(Records contained in a dataset)
Content starts

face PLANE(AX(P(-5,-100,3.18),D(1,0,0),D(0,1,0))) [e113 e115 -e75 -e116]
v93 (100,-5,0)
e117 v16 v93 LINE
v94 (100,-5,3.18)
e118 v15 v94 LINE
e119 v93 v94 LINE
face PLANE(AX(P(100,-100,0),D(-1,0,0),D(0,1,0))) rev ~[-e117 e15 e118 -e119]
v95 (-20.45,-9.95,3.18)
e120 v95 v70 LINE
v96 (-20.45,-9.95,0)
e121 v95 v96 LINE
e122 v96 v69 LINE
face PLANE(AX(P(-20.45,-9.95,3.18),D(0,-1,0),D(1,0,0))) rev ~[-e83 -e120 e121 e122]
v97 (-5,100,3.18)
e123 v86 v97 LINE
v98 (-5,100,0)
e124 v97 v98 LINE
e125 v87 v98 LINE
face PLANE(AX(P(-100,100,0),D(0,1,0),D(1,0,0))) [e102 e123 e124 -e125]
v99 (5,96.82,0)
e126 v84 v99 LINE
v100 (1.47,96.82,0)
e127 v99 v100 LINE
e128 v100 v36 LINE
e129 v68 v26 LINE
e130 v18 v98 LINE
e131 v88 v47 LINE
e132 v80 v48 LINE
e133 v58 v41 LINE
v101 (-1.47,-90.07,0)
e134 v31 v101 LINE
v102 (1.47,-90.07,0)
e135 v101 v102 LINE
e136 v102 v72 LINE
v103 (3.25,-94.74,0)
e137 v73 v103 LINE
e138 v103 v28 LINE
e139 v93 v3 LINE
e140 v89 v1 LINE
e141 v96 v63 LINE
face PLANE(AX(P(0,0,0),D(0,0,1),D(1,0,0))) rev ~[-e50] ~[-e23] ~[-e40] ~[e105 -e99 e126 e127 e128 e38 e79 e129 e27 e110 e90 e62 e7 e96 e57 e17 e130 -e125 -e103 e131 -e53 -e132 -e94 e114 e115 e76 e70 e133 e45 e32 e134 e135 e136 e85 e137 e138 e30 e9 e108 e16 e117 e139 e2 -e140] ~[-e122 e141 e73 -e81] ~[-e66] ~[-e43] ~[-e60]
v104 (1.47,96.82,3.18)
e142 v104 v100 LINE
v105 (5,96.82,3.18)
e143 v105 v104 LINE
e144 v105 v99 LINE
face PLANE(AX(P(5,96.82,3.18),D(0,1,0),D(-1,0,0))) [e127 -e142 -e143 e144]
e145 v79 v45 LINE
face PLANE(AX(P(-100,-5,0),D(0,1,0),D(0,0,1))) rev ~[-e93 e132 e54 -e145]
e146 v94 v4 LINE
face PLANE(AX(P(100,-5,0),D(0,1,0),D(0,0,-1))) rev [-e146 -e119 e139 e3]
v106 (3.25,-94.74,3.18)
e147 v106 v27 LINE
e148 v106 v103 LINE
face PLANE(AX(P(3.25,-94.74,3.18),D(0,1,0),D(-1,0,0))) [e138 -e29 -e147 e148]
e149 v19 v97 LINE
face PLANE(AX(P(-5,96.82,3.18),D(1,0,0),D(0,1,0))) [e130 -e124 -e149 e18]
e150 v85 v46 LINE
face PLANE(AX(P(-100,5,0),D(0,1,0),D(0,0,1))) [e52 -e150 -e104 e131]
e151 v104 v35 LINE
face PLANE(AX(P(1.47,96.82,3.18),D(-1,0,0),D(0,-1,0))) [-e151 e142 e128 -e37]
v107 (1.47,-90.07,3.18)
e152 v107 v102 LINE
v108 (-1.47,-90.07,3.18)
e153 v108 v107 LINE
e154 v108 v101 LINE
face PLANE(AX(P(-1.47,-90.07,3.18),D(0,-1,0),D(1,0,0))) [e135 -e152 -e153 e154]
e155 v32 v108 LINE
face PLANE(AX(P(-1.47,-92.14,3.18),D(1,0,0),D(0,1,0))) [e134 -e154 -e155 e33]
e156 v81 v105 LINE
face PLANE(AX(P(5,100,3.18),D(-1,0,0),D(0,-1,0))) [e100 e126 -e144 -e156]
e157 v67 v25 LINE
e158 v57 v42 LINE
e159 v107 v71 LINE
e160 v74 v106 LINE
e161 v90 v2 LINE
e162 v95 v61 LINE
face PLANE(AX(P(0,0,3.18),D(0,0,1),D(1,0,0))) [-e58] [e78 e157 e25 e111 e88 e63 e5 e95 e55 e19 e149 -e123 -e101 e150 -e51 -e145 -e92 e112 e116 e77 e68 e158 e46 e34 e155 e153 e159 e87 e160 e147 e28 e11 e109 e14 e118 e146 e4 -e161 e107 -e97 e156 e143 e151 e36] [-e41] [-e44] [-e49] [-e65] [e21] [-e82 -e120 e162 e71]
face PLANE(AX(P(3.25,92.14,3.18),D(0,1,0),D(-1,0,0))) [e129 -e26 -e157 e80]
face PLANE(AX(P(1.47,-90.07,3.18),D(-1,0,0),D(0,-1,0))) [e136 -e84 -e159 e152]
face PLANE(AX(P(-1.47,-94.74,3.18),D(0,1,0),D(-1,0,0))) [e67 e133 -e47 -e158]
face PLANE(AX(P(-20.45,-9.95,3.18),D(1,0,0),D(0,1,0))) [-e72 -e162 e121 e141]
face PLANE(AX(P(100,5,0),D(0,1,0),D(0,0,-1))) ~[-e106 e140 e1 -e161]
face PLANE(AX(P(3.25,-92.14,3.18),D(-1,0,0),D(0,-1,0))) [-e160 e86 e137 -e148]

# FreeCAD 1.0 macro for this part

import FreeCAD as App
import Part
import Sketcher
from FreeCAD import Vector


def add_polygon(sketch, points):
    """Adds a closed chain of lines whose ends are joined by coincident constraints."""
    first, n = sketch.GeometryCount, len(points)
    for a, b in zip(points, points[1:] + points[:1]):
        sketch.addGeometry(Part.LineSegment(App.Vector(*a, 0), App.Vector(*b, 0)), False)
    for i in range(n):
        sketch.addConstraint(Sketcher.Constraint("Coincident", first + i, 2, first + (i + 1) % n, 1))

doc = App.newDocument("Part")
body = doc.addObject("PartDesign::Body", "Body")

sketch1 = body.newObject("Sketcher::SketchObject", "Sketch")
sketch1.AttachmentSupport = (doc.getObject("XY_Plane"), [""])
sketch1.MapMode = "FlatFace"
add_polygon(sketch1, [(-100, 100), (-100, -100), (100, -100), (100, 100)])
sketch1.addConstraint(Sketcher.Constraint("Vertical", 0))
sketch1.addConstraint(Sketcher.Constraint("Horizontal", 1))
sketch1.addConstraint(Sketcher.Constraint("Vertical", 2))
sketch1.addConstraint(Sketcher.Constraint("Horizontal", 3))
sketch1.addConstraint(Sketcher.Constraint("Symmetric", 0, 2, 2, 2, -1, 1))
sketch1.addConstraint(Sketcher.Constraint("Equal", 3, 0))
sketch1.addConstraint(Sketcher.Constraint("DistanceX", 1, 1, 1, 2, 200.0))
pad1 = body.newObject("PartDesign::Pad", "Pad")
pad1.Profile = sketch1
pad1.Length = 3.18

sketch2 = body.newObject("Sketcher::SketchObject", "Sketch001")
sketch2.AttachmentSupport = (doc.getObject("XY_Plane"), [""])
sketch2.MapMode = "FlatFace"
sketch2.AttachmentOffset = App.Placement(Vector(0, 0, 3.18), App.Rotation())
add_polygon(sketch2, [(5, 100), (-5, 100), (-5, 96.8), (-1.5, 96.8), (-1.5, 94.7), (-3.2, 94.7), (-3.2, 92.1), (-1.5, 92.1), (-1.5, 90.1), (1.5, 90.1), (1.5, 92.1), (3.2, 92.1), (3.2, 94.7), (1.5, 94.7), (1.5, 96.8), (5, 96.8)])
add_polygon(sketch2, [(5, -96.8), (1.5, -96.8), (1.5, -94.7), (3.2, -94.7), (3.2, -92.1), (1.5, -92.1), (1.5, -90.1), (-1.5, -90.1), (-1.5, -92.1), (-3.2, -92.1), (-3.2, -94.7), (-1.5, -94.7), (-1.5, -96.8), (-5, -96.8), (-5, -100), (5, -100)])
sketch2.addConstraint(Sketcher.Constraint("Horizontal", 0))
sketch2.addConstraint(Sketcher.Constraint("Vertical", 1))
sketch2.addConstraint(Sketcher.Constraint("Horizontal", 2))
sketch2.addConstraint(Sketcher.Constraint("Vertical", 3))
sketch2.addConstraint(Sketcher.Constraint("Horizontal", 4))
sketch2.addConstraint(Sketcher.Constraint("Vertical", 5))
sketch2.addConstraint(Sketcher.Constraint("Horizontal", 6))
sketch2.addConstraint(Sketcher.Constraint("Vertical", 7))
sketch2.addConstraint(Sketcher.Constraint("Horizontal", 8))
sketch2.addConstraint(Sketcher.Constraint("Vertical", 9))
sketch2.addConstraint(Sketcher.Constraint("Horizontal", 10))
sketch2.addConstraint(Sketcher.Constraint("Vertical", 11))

Content ends

WHAT IS BEING ASKED. Your answer must consist solely of the lines from the top of the entries above through the line containing "e144 v105 v99 LINE", copied exactly, both ends included.

OUTPUT OF THE EXERCISE.
face PLANE(AX(P(-5,-100,3.18),D(1,0,0),D(0,1,0))) [e113 e115 -e75 -e116]
v93 (100,-5,0)
e117 v16 v93 LINE
v94 (100,-5,3.18)
e118 v15 v94 LINE
e119 v93 v94 LINE
face PLANE(AX(P(100,-100,0),D(-1,0,0),D(0,1,0))) rev ~[-e117 e15 e118 -e119]
v95 (-20.45,-9.95,3.18)
e120 v95 v70 LINE
v96 (-20.45,-9.95,0)
e121 v95 v96 LINE
e122 v96 v69 LINE
face PLANE(AX(P(-20.45,-9.95,3.18),D(0,-1,0),D(1,0,0))) rev ~[-e83 -e120 e121 e122]
v97 (-5,100,3.18)
e123 v86 v97 LINE
v98 (-5,100,0)
e124 v97 v98 LINE
e125 v87 v98 LINE
face PLANE(AX(P(-100,100,0),D(0,1,0),D(1,0,0))) [e102 e123 e124 -e125]
v99 (5,96.82,0)
e126 v84 v99 LINE
v100 (1.47,96.82,0)
e127 v99 v100 LINE
e128 v100 v36 LINE
e129 v68 v26 LINE
e130 v18 v98 LINE
e131 v88 v47 LINE
e132 v80 v48 LINE
e133 v58 v41 LINE
v101 (-1.47,-90.07,0)
e134 v31 v101 LINE
v102 (1.47,-90.07,0)
e135 v101 v102 LINE
e136 v102 v72 LINE
v103 (3.25,-94.74,0)
e137 v73 v103 LINE
e138 v103 v28 LINE
e139 v93 v3 LINE
e140 v89 v1 LINE
e141 v96 v63 LINE
face PLANE(AX(P(0,0,0),D(0,0,1),D(1,0,0))) rev ~[-e50] ~[-e23] ~[-e40] ~[e105 -e99 e126 e127 e128 e38 e79 e129 e27 e110 e90 e62 e7 e96 e57 e17 e130 -e125 -e103 e131 -e53 -e132 -e94 e114 e115 e76 e70 e133 e45 e32 e134 e135 e136 e85 e137 e138 e30 e9 e108 e16 e117 e139 e2 -e140] ~[-e122 e141 e73 -e81] ~[-e66] ~[-e43] ~[-e60]
v104 (1.47,96.82,3.18)
e142 v104 v100 LINE
v105 (5,96.82,3.18)
e143 v105 v104 LINE
e144 v105 v99 LINE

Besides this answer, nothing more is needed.